▸ **Instructions to follow**
What lines of the material below include the string "SlotSpacing"? Copy all of them.

(Beginning of Recorded data)

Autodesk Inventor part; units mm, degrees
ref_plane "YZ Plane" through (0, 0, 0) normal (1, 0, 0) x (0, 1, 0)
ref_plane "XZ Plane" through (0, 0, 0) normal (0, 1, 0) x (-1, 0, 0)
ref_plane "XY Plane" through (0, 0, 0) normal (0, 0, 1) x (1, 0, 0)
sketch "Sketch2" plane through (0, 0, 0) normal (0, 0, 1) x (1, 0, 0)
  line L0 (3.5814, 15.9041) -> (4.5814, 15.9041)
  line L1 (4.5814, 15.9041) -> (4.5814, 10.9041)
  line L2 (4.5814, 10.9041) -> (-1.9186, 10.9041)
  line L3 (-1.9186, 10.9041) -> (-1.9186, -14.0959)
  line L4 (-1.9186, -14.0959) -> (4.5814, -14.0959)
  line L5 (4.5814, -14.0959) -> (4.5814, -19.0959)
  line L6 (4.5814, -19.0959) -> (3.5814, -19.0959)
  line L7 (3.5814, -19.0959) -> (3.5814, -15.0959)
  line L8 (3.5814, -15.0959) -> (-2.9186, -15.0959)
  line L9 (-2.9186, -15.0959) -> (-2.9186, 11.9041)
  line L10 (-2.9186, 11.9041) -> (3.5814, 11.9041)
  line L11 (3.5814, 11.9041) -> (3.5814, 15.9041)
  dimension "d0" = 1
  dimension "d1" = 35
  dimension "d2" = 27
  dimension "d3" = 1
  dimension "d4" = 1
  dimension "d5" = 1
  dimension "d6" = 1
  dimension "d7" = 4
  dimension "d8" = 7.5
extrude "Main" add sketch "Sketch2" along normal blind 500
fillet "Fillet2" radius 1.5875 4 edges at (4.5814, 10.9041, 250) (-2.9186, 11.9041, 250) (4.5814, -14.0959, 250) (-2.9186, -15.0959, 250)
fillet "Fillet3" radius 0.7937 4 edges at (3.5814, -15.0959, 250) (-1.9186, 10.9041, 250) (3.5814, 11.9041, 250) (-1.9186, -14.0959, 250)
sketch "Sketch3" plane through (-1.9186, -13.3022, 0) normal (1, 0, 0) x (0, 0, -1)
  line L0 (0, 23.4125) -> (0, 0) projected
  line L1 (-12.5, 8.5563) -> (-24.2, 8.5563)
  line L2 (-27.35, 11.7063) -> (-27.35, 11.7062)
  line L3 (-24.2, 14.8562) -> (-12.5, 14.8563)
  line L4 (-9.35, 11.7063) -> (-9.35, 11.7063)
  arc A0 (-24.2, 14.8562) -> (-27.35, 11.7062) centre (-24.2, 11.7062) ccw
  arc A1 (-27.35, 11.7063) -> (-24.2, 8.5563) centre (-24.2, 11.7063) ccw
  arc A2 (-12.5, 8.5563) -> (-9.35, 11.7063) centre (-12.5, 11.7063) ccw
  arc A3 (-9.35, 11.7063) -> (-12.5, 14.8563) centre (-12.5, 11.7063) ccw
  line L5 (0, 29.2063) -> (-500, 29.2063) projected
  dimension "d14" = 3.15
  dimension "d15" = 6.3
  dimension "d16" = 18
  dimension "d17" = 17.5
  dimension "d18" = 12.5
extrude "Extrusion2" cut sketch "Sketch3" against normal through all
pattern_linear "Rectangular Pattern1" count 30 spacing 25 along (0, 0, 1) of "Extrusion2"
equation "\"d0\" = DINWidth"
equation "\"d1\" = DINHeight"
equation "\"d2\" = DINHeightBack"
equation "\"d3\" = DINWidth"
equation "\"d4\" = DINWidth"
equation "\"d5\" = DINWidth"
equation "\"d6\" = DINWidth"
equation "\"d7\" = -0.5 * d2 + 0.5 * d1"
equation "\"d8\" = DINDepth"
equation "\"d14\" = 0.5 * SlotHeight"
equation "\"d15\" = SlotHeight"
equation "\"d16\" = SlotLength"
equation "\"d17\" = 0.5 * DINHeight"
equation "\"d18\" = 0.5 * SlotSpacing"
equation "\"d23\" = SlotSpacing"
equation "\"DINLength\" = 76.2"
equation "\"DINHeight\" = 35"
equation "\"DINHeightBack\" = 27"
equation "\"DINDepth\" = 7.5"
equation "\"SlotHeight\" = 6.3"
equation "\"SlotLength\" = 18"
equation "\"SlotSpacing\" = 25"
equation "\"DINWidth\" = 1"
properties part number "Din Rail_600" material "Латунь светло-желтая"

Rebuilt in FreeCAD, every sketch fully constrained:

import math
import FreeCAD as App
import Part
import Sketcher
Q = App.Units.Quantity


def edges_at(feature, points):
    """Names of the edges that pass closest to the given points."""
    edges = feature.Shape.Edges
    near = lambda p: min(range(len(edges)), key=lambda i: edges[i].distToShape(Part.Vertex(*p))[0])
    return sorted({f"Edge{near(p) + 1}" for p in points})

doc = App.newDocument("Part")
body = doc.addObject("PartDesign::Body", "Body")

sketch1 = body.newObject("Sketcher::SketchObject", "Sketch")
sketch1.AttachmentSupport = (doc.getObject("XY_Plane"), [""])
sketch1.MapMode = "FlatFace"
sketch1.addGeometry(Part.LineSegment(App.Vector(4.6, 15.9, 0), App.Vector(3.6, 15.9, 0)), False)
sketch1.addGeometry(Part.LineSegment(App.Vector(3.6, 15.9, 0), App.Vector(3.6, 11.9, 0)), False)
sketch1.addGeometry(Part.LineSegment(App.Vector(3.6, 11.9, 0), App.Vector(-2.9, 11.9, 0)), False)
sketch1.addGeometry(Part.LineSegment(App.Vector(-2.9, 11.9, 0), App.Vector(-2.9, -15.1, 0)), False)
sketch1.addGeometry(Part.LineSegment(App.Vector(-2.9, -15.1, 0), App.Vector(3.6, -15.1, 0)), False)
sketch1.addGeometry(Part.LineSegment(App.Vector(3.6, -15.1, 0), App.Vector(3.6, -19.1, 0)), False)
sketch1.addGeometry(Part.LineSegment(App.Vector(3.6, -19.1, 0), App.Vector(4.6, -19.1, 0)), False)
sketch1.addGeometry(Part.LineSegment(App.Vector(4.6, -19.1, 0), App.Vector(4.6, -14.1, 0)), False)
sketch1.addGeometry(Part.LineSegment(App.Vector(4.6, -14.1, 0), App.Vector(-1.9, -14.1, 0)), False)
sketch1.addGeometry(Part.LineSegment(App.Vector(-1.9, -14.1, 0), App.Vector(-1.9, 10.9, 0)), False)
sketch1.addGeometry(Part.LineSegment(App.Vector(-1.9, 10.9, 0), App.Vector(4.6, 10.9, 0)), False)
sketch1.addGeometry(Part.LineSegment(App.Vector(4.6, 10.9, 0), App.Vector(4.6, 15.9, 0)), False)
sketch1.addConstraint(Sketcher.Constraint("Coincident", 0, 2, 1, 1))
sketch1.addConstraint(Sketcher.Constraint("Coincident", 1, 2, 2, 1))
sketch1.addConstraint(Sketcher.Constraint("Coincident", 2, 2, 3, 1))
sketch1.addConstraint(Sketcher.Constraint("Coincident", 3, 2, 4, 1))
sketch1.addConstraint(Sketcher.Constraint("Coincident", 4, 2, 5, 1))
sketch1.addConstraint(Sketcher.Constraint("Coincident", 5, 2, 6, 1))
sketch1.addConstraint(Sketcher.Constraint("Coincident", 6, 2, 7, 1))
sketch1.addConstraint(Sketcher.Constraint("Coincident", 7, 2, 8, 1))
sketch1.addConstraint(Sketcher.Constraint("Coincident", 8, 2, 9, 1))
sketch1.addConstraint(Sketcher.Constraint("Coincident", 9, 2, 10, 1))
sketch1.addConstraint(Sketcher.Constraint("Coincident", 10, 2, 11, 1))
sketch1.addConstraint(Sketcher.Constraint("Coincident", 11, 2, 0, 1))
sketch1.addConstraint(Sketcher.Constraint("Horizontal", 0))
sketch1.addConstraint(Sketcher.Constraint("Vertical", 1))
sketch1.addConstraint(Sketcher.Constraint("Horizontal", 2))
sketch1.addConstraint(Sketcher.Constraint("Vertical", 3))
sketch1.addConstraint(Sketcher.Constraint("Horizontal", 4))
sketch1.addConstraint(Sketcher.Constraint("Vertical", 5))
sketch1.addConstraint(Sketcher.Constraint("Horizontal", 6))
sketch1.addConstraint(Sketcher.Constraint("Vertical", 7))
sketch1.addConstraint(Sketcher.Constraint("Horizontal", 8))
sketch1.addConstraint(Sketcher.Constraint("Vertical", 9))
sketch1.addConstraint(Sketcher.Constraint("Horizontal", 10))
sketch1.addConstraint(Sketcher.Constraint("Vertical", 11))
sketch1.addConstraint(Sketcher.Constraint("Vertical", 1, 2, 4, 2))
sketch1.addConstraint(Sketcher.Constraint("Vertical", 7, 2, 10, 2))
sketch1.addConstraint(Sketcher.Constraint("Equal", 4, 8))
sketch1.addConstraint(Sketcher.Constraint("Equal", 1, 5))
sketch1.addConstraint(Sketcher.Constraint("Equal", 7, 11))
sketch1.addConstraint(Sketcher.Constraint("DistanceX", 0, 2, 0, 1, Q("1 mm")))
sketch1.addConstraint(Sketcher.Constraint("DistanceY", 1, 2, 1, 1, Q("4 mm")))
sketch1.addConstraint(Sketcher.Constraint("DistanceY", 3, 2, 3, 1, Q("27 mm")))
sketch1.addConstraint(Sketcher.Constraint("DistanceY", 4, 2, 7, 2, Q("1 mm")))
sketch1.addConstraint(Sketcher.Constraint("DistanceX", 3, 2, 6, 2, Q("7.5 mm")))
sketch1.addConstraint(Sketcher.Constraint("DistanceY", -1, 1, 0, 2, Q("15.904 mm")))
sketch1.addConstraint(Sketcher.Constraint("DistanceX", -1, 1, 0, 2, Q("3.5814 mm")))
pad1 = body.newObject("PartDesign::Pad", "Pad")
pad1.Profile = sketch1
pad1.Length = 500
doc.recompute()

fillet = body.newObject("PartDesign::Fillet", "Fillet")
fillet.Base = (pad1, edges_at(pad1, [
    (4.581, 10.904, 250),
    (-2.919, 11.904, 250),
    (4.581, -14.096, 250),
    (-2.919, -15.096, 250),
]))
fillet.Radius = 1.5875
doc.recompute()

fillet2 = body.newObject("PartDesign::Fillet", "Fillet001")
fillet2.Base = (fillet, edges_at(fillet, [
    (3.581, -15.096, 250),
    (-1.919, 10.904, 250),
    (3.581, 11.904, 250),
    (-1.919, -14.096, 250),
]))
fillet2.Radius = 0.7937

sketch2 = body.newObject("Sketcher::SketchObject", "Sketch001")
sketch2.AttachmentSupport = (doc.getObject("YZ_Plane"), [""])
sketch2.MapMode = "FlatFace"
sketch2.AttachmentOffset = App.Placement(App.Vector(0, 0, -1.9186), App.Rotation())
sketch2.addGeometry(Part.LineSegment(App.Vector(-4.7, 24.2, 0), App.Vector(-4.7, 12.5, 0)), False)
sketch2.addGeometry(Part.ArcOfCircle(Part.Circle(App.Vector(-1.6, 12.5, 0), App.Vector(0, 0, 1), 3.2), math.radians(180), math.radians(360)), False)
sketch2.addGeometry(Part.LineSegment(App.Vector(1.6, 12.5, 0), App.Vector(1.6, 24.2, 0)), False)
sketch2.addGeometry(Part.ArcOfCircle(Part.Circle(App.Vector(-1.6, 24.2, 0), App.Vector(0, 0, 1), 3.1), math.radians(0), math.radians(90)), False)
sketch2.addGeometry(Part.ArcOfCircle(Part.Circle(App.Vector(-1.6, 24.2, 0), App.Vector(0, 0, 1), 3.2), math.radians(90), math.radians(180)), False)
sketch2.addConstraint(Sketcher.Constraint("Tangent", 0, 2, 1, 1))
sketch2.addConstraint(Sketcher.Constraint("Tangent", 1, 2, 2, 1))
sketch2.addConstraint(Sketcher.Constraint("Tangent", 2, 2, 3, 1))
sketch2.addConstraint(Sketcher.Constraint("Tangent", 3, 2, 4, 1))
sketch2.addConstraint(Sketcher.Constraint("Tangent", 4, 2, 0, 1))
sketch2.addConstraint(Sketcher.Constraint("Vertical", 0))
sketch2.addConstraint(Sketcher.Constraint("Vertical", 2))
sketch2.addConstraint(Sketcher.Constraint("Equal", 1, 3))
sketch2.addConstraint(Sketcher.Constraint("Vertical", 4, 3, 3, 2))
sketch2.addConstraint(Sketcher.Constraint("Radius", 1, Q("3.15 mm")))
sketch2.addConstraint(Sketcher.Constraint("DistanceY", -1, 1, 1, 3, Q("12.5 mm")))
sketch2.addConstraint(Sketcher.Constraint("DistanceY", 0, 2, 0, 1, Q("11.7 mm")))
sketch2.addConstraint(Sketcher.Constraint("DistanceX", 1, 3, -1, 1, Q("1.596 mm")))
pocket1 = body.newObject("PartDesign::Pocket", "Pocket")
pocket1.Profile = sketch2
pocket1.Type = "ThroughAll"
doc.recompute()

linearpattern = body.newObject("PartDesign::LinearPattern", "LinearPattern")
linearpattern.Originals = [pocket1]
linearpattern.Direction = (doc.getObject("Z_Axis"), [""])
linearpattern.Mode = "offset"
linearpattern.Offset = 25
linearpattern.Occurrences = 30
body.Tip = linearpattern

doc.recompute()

(End of Recorded data)

▸ **Solution**
equation "\"d18\" = 0.5 * SlotSpacing"
equation "\"d23\" = SlotSpacing"
equation "\"SlotSpacing\" = 25"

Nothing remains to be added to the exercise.